• _Work to complete_: Using the data that follows, return exactly the lines from the one that contains "f 71 91 236" through the one that contains "f 104 32 31", ends included.

• _Material for this exercise_:
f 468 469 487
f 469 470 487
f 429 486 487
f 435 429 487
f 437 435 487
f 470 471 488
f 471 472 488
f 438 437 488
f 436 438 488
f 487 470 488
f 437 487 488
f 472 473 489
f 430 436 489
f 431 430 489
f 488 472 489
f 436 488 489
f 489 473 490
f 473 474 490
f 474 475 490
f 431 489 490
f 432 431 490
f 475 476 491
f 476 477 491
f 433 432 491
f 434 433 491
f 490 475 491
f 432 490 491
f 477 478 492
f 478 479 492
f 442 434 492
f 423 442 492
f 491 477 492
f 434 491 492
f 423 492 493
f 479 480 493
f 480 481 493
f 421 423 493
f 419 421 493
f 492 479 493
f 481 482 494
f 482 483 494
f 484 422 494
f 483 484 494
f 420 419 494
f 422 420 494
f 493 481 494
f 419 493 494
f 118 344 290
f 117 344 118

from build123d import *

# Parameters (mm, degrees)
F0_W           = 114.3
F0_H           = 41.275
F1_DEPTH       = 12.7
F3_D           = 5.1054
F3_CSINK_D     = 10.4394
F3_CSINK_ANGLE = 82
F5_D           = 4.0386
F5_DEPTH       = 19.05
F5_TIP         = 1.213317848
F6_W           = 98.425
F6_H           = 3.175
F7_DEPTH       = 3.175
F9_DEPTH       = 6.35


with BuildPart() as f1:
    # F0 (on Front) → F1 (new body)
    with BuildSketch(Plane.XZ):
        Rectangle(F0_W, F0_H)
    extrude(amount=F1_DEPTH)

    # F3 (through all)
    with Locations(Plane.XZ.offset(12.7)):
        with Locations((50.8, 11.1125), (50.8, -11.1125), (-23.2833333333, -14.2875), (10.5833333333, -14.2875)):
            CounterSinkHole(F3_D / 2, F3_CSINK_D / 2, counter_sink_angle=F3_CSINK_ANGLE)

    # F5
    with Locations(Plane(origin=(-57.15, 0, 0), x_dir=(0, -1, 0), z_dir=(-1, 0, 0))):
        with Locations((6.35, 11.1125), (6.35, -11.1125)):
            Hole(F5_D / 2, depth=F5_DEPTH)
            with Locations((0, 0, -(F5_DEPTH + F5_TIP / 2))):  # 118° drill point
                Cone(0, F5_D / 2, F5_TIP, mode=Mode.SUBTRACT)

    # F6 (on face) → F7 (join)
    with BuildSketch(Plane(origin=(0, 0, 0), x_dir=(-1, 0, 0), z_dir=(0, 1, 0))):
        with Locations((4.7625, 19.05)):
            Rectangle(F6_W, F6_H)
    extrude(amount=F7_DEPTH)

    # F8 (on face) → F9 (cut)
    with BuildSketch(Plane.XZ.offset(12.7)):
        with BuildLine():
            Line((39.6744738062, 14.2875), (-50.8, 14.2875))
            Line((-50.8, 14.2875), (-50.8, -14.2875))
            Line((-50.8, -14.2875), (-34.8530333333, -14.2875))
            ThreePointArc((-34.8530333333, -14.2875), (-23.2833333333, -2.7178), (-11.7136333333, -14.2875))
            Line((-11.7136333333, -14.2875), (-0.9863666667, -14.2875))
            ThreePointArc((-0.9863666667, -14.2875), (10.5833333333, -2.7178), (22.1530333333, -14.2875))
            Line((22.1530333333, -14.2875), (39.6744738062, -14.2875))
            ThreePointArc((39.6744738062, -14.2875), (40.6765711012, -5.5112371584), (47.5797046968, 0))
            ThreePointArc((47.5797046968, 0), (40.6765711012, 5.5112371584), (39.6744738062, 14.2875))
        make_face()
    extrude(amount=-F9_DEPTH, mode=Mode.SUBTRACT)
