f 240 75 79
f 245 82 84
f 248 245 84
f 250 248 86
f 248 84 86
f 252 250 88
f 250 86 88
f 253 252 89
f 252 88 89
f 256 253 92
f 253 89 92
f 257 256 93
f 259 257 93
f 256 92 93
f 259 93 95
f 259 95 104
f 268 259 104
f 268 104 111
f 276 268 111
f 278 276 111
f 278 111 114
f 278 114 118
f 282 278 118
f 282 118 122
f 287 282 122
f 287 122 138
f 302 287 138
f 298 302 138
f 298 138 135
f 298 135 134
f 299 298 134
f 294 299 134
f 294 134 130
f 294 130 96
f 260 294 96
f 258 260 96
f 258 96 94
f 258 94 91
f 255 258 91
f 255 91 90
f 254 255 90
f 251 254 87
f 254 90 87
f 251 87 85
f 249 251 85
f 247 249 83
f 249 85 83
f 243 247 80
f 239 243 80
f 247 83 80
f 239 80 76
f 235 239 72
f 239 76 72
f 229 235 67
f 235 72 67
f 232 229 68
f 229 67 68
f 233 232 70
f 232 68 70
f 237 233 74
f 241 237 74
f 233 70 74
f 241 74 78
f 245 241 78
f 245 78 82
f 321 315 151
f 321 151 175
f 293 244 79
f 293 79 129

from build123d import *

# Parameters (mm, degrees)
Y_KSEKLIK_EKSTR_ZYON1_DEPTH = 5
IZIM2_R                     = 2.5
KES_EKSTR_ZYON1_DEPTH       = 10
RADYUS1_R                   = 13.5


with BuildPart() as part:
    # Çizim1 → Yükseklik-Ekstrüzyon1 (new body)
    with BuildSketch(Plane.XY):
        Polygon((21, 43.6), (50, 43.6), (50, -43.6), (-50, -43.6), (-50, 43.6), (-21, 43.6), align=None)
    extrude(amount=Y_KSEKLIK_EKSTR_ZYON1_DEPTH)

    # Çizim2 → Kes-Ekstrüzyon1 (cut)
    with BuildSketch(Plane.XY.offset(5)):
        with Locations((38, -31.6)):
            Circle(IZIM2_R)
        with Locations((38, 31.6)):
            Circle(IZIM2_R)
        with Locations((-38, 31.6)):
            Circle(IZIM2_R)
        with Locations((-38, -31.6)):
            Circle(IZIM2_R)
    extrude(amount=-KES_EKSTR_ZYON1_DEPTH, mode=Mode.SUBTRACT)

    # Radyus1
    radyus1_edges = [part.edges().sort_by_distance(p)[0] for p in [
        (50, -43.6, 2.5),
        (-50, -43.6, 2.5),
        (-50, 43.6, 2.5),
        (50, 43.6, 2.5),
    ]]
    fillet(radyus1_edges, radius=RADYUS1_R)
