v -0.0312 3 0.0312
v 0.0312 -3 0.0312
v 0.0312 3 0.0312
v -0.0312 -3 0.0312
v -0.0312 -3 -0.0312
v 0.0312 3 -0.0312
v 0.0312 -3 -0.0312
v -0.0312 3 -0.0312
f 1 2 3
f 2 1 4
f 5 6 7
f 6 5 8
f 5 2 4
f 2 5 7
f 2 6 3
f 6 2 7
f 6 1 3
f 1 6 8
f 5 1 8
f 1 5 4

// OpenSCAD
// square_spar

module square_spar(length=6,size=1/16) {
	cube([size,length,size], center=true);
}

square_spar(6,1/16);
...
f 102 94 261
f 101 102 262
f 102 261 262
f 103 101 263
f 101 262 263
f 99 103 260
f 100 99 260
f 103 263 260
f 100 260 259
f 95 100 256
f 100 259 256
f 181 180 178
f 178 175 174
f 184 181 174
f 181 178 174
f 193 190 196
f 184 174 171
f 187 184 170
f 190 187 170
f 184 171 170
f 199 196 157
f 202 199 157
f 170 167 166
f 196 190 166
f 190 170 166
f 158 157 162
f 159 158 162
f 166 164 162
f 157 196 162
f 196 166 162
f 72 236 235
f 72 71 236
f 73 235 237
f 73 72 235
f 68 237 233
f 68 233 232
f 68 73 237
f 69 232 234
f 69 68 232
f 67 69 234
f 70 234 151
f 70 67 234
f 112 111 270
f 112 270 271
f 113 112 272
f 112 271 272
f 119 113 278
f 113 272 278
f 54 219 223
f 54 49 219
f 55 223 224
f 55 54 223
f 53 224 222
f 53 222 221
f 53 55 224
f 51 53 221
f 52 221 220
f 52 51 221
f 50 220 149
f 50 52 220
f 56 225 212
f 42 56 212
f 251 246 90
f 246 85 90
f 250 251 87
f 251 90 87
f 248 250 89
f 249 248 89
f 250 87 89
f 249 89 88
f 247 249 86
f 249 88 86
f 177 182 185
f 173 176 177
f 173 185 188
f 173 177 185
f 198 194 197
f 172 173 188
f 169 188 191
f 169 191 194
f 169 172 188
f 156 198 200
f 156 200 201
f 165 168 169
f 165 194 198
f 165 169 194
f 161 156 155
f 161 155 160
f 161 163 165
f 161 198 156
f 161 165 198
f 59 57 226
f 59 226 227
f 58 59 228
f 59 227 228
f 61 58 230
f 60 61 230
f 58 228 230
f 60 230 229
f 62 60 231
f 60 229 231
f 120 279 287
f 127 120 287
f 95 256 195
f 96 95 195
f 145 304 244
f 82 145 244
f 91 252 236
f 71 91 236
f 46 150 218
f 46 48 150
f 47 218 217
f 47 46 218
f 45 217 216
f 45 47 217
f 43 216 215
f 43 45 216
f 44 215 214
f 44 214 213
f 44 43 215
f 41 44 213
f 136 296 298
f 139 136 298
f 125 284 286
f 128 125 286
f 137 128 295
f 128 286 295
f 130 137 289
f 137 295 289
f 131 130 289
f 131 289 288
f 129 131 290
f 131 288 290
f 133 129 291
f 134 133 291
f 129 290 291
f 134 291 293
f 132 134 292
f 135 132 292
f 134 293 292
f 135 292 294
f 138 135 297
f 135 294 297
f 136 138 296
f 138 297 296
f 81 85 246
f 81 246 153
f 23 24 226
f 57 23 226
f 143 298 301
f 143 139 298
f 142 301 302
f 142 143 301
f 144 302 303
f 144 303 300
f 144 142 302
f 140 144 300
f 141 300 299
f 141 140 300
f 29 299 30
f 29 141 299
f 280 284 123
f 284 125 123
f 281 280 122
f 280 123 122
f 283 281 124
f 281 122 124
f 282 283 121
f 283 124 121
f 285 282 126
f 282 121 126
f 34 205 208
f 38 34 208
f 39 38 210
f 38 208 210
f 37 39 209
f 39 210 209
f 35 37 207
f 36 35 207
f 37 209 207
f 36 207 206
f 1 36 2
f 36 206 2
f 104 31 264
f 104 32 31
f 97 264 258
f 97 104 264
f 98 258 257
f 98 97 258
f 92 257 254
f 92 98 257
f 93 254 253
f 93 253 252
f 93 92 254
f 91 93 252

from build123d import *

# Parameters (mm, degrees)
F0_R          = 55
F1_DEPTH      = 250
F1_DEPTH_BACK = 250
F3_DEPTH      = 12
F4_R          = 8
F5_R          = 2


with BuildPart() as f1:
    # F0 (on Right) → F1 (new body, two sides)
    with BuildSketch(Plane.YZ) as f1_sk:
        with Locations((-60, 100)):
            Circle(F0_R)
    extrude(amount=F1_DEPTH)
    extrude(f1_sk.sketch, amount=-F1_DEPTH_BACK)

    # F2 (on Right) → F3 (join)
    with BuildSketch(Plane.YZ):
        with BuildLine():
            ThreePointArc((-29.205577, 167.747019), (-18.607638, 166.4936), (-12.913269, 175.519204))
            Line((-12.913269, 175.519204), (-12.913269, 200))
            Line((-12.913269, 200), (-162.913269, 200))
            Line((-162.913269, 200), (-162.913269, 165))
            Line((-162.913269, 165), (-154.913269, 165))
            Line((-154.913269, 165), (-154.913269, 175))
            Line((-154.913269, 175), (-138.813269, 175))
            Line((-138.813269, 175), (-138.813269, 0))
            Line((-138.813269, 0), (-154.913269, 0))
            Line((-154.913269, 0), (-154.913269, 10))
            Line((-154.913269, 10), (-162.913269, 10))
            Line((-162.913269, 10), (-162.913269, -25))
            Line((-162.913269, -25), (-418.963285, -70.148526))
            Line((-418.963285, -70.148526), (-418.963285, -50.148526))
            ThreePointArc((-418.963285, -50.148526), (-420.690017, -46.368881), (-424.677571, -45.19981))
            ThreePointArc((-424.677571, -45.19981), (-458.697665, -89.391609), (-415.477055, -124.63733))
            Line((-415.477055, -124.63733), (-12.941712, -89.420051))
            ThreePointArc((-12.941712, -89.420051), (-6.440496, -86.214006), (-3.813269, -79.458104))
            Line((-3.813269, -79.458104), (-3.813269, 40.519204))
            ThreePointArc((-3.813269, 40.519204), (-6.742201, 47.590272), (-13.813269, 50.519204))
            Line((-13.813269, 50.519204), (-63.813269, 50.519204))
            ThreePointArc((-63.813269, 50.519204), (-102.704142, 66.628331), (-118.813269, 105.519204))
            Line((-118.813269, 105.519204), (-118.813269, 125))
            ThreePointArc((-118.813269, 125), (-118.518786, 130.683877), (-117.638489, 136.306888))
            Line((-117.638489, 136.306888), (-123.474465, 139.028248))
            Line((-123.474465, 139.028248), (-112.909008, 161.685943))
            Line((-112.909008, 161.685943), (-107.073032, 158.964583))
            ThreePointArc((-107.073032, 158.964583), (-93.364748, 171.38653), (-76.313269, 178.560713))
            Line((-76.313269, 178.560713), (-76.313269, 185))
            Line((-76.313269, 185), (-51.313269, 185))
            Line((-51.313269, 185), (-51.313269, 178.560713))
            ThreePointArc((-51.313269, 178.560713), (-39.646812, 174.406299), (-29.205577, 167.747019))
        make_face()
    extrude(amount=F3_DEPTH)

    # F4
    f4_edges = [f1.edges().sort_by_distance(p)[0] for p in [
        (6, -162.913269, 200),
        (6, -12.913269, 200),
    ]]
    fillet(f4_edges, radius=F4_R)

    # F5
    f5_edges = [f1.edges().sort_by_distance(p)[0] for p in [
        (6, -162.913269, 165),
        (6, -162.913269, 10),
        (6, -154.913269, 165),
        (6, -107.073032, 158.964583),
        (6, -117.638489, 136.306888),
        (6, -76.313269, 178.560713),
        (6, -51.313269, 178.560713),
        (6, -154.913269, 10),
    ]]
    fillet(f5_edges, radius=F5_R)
---
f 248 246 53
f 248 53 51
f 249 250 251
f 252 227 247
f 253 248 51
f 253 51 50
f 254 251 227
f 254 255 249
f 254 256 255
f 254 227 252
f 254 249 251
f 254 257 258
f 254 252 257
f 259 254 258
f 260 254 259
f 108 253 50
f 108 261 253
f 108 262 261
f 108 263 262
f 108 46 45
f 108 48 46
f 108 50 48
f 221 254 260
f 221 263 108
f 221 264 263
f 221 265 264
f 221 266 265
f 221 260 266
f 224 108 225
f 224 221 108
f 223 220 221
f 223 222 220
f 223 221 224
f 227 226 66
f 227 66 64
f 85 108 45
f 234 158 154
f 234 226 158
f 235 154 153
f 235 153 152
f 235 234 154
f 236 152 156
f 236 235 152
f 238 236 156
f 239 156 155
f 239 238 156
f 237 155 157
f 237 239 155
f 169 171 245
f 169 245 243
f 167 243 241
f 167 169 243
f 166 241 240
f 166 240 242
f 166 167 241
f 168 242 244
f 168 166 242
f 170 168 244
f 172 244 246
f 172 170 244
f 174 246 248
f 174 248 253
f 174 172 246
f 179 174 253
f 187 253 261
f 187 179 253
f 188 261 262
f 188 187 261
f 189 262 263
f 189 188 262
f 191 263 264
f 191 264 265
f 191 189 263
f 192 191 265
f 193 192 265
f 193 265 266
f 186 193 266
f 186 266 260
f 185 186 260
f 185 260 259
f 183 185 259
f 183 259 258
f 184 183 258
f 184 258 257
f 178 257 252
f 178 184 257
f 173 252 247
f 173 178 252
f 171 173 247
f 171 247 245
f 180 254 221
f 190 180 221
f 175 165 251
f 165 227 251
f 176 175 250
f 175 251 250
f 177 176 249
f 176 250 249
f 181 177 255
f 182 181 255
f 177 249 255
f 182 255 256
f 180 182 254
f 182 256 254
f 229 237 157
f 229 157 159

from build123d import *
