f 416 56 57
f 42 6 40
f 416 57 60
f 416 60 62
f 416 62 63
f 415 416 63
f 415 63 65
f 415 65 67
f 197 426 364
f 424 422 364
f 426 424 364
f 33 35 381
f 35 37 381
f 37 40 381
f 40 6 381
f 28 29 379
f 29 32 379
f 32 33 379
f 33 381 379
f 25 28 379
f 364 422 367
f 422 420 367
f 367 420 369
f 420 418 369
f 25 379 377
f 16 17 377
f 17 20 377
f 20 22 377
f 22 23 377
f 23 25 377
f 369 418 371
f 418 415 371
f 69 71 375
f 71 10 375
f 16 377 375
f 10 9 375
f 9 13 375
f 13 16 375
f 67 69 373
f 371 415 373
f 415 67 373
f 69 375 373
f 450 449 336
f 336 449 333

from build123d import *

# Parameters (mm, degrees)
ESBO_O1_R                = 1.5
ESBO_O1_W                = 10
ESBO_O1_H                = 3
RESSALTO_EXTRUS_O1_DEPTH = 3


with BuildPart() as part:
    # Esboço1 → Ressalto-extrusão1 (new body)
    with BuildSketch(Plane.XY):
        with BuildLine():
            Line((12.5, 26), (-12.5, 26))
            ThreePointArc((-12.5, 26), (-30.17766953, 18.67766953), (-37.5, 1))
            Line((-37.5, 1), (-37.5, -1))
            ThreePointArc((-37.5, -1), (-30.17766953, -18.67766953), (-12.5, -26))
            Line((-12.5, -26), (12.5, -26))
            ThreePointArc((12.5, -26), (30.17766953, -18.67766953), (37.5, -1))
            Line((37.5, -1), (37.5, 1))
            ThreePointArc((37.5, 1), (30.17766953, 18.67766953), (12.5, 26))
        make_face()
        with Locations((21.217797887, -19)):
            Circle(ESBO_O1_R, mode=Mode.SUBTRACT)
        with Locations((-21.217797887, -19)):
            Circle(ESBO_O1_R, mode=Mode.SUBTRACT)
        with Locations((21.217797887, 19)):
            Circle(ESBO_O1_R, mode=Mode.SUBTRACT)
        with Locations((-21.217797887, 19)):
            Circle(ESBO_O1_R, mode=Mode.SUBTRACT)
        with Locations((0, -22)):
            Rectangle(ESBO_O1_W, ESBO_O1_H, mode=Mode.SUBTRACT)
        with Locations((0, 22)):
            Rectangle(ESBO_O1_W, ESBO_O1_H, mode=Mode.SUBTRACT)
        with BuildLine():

• _Task result_:
f 71 91 236
f 46 150 218
f 46 48 150
f 47 218 217
f 47 46 218
f 45 217 216
f 45 47 217
f 43 216 215
f 43 45 216
f 44 215 214
f 44 214 213
f 44 43 215
f 41 44 213
f 136 296 298
f 139 136 298
f 125 284 286
f 128 125 286
f 137 128 295
f 128 286 295
f 130 137 289
f 137 295 289
f 131 130 289
f 131 289 288
f 129 131 290
f 131 288 290
f 133 129 291
f 134 133 291
f 129 290 291
f 134 291 293
f 132 134 292
f 135 132 292
f 134 293 292
f 135 292 294
f 138 135 297
f 135 294 297
f 136 138 296
f 138 297 296
f 81 85 246
f 81 246 153
f 23 24 226
f 57 23 226
f 143 298 301
f 143 139 298
f 142 301 302
f 142 143 301
f 144 302 303
f 144 303 300
f 144 142 302
f 140 144 300
f 141 300 299
f 141 140 300
f 29 299 30
f 29 141 299
f 280 284 123
f 284 125 123
f 281 280 122
f 280 123 122
f 283 281 124
f 281 122 124
f 282 283 121
f 283 124 121
f 285 282 126
f 282 121 126
f 34 205 208
f 38 34 208
f 39 38 210
f 38 208 210
f 37 39 209
f 39 210 209
f 35 37 207
f 36 35 207
f 37 209 207
f 36 207 206
f 1 36 2
f 36 206 2
f 104 31 264
f 104 32 31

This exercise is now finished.